A similar lexical resource-based approach was taken to achieve emotional analysis of text using the WordNet-Affect List. The WordNet-Affect list contains words annotated with six emotional categories: joy, fear, anger, sadness, disgust and surprise. This too suffered a similar drawback wherein the context of the sentence and the overall situation expressed in the sentence were not taken into consideration.

The emotion in a sentence need not necessarily be conveyed plainly, with the use of explicit words.
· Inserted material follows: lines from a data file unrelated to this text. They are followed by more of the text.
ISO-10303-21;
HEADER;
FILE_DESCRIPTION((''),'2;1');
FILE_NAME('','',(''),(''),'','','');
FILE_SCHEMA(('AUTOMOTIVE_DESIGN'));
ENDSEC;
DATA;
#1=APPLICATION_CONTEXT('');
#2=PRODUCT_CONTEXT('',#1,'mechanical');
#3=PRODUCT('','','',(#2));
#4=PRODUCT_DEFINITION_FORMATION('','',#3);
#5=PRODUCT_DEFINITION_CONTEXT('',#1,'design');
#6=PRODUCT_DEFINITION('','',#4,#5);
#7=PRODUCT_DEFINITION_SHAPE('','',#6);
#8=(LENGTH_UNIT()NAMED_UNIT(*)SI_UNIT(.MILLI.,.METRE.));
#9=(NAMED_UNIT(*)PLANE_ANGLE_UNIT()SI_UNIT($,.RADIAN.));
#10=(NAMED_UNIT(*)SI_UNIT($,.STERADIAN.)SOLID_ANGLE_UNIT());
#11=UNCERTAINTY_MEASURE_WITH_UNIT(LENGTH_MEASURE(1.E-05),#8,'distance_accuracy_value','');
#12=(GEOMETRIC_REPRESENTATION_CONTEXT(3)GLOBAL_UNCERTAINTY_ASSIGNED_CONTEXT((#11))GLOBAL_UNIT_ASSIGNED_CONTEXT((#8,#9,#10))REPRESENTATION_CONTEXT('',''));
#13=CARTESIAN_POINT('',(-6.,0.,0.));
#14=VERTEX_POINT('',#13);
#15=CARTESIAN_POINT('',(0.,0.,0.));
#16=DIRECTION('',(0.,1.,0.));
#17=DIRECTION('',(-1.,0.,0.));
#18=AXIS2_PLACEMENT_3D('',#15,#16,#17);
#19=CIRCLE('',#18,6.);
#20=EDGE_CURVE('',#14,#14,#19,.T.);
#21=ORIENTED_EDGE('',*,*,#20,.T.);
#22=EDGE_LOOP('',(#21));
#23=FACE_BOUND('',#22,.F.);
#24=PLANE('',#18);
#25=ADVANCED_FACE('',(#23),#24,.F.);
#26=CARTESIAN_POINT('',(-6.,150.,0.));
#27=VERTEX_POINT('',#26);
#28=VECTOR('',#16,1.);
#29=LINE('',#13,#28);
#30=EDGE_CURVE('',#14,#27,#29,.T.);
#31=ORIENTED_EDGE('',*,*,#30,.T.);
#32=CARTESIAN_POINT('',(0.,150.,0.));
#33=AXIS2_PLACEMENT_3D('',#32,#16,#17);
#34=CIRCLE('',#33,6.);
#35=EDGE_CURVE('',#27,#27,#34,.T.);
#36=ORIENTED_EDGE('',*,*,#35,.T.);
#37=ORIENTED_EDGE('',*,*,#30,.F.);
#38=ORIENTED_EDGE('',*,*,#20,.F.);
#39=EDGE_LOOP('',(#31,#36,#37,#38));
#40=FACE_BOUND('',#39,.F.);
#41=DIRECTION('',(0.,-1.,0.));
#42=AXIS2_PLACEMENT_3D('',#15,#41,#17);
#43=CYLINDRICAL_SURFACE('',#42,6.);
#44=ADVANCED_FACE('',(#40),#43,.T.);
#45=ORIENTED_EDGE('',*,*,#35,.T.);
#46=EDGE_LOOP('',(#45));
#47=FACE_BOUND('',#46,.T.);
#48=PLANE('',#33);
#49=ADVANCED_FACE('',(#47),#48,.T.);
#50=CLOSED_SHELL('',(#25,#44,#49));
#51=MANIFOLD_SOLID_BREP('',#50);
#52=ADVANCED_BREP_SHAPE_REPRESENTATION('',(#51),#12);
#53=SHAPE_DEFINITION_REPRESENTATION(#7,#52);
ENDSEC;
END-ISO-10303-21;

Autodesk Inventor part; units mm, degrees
ref_plane "Plan YZ" through (0, 0, 0) normal (1, 0, 0) x (0, 1, 0)
ref_plane "Plan XZ" through (0, 0, 0) normal (0, 1, 0) x (-1, 0, 0)
ref_plane "Plan XY" through (0, 0, 0) normal (0, 0, 1) x (1, 0, 0)
sketch "Esquisse1" plane through (0, 0, 0) normal (0, 1, 0) x (-1, 0, 0)
  circle A0 centre (0, 0) radius 6
  dimension "d0" = 12
extrude "Extrusion1" add sketch "Esquisse1" along normal blind 150
properties part number "tige_filetée"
For example, “I am happy I passed my exams” can clearly be identified as a sentence that expresses “Joy” due to the presence of the word, “appy”. Whereas the sentence, “I finally passed my exam” although does not contain any words that express a single emotion explicitly; it can clearly be categorized as a sentence that conveys “Joy”. This information was not extracted from the sentence based on the cue provided by a single word but rather by analyzing the situation expressed in the sentence through ones own past experience. Therefore, it can clearly be observed that the emotion of a sentence cannot be determined merely based on the words that form it, but also by analysing the underlying context evinced by a sentence. Furthermore, the extent to which an emotion is expressed can be understood by associating each emotion with a degree. We have given each emotion four levels characterized by one of the following values, 0.25, 0.50, 0.75 and 1; 0.25 being the lowest degree and 1 being the highest. Using these values, our model predicts the degree of emotion.
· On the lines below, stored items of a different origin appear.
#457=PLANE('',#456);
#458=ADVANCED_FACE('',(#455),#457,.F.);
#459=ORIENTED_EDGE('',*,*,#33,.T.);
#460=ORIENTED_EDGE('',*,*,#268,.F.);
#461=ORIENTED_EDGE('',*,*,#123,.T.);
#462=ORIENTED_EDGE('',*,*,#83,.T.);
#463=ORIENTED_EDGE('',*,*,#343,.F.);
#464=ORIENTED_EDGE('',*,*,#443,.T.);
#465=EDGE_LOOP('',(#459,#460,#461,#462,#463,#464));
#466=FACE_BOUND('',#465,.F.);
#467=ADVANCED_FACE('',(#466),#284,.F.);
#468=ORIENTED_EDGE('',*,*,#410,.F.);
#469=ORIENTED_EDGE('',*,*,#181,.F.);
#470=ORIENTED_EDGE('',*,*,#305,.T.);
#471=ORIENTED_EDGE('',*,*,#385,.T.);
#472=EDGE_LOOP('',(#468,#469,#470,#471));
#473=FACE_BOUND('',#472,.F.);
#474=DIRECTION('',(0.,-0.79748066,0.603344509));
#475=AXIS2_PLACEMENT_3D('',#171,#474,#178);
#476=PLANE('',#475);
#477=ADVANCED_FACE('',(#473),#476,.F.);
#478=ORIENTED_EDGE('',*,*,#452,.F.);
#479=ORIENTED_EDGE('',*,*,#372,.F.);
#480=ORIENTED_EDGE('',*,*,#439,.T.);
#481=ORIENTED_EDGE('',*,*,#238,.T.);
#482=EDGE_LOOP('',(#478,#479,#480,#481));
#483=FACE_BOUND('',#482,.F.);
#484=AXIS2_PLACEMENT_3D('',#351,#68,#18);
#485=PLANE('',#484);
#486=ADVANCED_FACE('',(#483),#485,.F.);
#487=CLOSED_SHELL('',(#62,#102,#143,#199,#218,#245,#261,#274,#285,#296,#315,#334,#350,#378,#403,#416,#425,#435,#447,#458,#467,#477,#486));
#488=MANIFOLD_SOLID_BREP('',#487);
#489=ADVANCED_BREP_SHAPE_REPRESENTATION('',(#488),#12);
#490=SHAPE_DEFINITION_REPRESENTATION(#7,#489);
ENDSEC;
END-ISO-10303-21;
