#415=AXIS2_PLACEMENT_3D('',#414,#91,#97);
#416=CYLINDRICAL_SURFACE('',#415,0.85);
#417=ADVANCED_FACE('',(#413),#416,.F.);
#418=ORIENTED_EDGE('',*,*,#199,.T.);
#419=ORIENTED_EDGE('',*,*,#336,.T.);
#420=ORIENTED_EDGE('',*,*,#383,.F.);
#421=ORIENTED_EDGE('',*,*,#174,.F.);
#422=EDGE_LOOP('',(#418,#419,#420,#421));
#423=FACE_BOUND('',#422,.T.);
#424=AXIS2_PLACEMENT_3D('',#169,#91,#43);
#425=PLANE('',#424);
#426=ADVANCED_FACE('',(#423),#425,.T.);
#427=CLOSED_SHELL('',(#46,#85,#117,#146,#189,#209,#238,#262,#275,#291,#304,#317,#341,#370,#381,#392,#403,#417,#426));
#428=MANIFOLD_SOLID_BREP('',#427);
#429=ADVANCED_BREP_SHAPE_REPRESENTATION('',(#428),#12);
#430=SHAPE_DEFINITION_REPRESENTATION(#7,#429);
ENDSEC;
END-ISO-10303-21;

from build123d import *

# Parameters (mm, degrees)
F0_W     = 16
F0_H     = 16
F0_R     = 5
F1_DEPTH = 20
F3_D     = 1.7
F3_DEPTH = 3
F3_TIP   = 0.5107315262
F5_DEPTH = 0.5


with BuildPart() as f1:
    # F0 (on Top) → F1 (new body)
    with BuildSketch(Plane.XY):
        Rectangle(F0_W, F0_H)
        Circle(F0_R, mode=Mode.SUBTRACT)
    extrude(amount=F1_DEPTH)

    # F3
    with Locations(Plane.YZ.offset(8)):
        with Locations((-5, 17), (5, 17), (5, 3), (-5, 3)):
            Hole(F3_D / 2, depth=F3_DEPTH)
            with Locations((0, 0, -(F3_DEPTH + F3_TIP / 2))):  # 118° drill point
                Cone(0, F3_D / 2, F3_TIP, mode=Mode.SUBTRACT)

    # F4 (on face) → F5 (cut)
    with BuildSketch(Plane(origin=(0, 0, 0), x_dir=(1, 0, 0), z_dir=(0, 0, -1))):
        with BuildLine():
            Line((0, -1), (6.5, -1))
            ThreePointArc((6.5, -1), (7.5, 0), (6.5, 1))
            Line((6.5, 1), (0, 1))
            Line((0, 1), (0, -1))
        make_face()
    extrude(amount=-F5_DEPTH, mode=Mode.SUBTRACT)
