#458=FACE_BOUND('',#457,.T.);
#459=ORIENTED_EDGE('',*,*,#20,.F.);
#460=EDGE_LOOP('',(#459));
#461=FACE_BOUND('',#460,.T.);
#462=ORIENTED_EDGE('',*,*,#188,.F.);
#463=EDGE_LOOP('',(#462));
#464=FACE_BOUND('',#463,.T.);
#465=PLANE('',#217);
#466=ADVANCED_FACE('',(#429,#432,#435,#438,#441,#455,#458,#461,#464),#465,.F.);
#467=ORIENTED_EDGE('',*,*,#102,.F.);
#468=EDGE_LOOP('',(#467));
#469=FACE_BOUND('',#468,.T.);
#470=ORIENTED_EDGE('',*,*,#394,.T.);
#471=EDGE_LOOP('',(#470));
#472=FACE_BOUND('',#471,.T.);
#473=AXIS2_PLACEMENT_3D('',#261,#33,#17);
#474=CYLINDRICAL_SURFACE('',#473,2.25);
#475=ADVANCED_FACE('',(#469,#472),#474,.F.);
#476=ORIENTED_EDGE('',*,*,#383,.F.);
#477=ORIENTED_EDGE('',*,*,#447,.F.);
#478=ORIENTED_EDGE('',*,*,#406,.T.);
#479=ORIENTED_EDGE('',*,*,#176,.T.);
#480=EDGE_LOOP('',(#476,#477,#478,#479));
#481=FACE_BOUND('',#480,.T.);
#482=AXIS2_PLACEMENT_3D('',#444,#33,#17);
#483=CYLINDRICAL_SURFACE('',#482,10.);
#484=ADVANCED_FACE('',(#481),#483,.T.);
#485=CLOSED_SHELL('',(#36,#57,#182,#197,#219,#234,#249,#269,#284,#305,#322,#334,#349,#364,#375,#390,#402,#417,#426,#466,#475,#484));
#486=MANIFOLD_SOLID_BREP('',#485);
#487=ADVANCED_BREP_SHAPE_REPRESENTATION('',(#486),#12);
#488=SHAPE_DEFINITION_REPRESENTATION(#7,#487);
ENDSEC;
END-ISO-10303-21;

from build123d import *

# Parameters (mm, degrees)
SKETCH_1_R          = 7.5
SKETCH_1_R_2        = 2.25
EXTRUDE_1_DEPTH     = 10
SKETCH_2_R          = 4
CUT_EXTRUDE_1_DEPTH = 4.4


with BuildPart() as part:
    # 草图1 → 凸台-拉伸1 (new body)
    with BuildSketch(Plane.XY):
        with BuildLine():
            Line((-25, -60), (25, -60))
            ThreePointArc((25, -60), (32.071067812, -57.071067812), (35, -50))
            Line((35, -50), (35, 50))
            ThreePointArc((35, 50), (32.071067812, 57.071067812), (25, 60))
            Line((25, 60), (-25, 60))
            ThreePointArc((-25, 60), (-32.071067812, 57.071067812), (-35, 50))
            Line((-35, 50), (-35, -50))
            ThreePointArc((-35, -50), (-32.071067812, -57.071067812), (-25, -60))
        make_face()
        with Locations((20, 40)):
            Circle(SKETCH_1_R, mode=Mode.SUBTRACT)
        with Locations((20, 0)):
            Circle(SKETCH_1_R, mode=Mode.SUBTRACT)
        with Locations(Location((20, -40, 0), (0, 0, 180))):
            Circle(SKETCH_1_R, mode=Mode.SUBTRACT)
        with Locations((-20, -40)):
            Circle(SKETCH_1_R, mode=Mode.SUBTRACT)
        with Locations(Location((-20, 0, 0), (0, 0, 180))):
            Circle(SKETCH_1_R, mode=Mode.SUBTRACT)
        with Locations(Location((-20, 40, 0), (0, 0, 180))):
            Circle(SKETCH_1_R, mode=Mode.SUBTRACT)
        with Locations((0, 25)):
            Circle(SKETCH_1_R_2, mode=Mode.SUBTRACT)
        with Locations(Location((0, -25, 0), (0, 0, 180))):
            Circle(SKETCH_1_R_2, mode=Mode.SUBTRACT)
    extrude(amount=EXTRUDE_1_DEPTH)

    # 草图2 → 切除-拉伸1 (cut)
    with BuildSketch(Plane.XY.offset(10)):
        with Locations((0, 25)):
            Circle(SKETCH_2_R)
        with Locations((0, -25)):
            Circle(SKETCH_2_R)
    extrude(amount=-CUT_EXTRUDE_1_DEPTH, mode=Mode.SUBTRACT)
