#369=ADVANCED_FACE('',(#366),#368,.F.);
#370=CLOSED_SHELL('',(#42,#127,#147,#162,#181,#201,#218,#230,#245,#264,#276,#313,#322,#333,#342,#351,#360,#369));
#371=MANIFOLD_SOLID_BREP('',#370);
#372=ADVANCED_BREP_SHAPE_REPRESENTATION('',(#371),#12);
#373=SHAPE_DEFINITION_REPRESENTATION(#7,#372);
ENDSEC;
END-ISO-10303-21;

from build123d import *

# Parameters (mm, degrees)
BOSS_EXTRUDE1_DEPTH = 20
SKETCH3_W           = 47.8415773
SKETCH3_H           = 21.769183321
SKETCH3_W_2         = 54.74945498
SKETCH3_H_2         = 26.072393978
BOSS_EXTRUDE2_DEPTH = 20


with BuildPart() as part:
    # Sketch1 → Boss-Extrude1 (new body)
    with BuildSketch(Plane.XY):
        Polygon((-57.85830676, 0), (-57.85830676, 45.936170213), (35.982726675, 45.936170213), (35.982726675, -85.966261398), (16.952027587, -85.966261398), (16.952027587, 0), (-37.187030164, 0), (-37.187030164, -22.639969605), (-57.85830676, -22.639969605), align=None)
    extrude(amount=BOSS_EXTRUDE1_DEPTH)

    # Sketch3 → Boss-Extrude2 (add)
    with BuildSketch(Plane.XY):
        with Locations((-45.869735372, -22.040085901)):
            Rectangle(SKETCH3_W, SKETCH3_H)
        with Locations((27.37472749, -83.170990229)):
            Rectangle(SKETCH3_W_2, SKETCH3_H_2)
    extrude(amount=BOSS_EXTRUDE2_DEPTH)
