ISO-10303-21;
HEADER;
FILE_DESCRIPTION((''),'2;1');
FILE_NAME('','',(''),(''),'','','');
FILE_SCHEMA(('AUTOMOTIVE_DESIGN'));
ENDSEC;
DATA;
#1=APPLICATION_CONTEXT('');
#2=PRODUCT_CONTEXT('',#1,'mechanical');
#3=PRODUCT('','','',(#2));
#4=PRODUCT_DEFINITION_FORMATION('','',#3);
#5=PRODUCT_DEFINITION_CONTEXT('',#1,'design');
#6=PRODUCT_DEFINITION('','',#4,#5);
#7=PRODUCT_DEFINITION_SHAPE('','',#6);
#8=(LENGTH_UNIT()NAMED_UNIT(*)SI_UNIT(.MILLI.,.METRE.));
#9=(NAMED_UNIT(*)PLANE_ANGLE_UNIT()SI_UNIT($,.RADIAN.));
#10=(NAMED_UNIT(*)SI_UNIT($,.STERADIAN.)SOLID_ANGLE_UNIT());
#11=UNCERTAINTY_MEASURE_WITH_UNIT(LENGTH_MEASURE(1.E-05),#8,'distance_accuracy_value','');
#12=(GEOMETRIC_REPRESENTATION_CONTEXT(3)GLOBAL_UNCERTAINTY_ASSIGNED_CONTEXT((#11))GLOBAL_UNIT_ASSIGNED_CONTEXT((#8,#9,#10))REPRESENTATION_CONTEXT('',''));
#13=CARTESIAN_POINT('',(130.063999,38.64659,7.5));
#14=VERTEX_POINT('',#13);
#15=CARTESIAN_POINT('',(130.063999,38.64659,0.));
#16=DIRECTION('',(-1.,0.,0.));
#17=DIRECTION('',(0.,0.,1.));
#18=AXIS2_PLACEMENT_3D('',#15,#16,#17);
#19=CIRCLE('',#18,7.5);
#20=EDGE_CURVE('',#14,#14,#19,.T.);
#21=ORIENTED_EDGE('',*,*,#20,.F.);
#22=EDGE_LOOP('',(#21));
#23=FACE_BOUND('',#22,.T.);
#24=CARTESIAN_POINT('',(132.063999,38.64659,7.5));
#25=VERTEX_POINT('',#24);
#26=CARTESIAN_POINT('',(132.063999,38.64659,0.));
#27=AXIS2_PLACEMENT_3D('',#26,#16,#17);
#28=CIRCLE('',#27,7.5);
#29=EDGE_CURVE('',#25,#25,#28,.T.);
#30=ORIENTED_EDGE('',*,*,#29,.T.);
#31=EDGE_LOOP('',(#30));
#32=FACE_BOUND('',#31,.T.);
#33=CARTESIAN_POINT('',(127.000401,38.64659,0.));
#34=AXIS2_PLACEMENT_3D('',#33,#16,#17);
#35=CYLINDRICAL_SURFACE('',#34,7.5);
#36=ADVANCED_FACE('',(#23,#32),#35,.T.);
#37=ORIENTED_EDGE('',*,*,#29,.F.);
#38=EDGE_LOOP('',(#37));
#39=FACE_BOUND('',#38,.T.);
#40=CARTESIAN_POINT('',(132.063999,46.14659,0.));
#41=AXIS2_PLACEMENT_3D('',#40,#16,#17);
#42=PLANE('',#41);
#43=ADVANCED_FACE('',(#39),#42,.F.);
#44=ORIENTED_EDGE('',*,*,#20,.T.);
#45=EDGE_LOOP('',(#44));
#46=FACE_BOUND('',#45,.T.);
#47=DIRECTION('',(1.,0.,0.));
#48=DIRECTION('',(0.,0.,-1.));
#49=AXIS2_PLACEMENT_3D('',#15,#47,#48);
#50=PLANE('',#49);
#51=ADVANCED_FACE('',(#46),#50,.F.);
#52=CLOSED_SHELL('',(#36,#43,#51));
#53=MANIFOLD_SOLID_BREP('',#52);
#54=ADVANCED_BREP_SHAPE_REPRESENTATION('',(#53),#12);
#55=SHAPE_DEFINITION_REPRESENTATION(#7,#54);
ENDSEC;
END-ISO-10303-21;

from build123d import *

# Parameters (mm, degrees)
SKETCH_1_W = 2
SKETCH_1_H = 7.5


with BuildPart() as part:
    # 草图1 → 旋转1 (revolve)
    with BuildSketch(Plane.XY, mode=Mode.PRIVATE) as revolve_1_sk:
        with Locations((131.06399853, 42.396589675)):
            Rectangle(SKETCH_1_W, SKETCH_1_H)
    revolve(revolve_1_sk.sketch.rotate(Axis((127.000400996, 38.646589675, 0), (1, 0, 0)), 90), axis=Axis((127.000400996, 38.646589675, 0), (1, 0, 0)))  # turned: the seam where the file's is


solid = part.part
Neural Networks have been employed to widely and achieved fairly significant results in the field of Natural Language Processing, such as translation, text summarization etc. A Recurrent Neural Network (RNN) is a type of Neural Network that remembers its previous states. But, a significant disadvantage of RNN is that it works only on a short-term basis. Meaning, when context comes into play, the desired outcome is not achieved. This issue has been resolved by the Long Short-Term Memory (LSTM) Neural Network. A typical/vanilla RNN modifies the entire information as a whole and does not take into consideration important and non-important information. Whereas, LSTMs have a mechanism known as cell states in which information is modified with multiplications and additions. Hence, LSTM is used to predict emotion in sentences because it can selectively retrieve or drop information.

2 Data Sets

2.1 SemEval 2007 Affect Sensing Corpus

The SemEval 2007 Affect Sensing Corpus data set [1] contains 1250 news headings along with a list of their corresponding emotions from the set of emotions- Joy, Sadness, Fear, Anger, Disgust, and Surprise. This data set is considered to be our gold standard because it not only complies with Ekman’s basic emotion model [2] but also has been annotated previously by humans. An advantage of this data set is that each sentence also comes with a valence/degree of emotion underlying in the sentence. Sentences in this data set have contextual meaning rather than an obvious emotion. For example, the sentence “Resolution approved for international games” is tagged as “Joy”. But, this data set is skewed in the sense that sentences tagged as “Surprise” are very less compared to sentences tagged as “Joy”. Hence, all emotions do not have equal number of sentences. In addition, each sentence is annotated with a degree varying between 0 and 1 for each of the six emotions, with 0 stating that the sentence does not carry the particular emotion and 1 stating that it definitely carries the particular emotion.

2.2 ISEAR

The ISEAR data set [3] contains 7666 situational sentences with a list of their corresponding emotions from the set of emotions- Joy, Sadness, Fear, Anger, Disgust, Shame and Guilt. For example, the sentence “When I pass an examination which I did not think I did well” is tagged as “Joy”. Unlike the above mentioned data set, this data set is not skewed. All seven of these emotions have almost equal number of sentence examples. Having a symmetrical data set is important so as to have a uniform feature extraction in our Neural Network (LSTM). In addition to the Ekman’s basic emotion model [2], where the emotions are Joy, Sadness, Fear, Anger, Disgust and Surprise, this data set has two emotions- Shame and Guilt. However, for our model, we decided against using these two emotions because they are not included in Ekman’s basic emotion model [2]. Ekman proposed that only these six emotions are strongly expressed across all the cultures in the world. Since these sentences are based on situations, emotion tagging can be done based on context as well.

3 Literature Review

This section covers an extensive survey on the approaches previously used to detect the emotion of a sentence.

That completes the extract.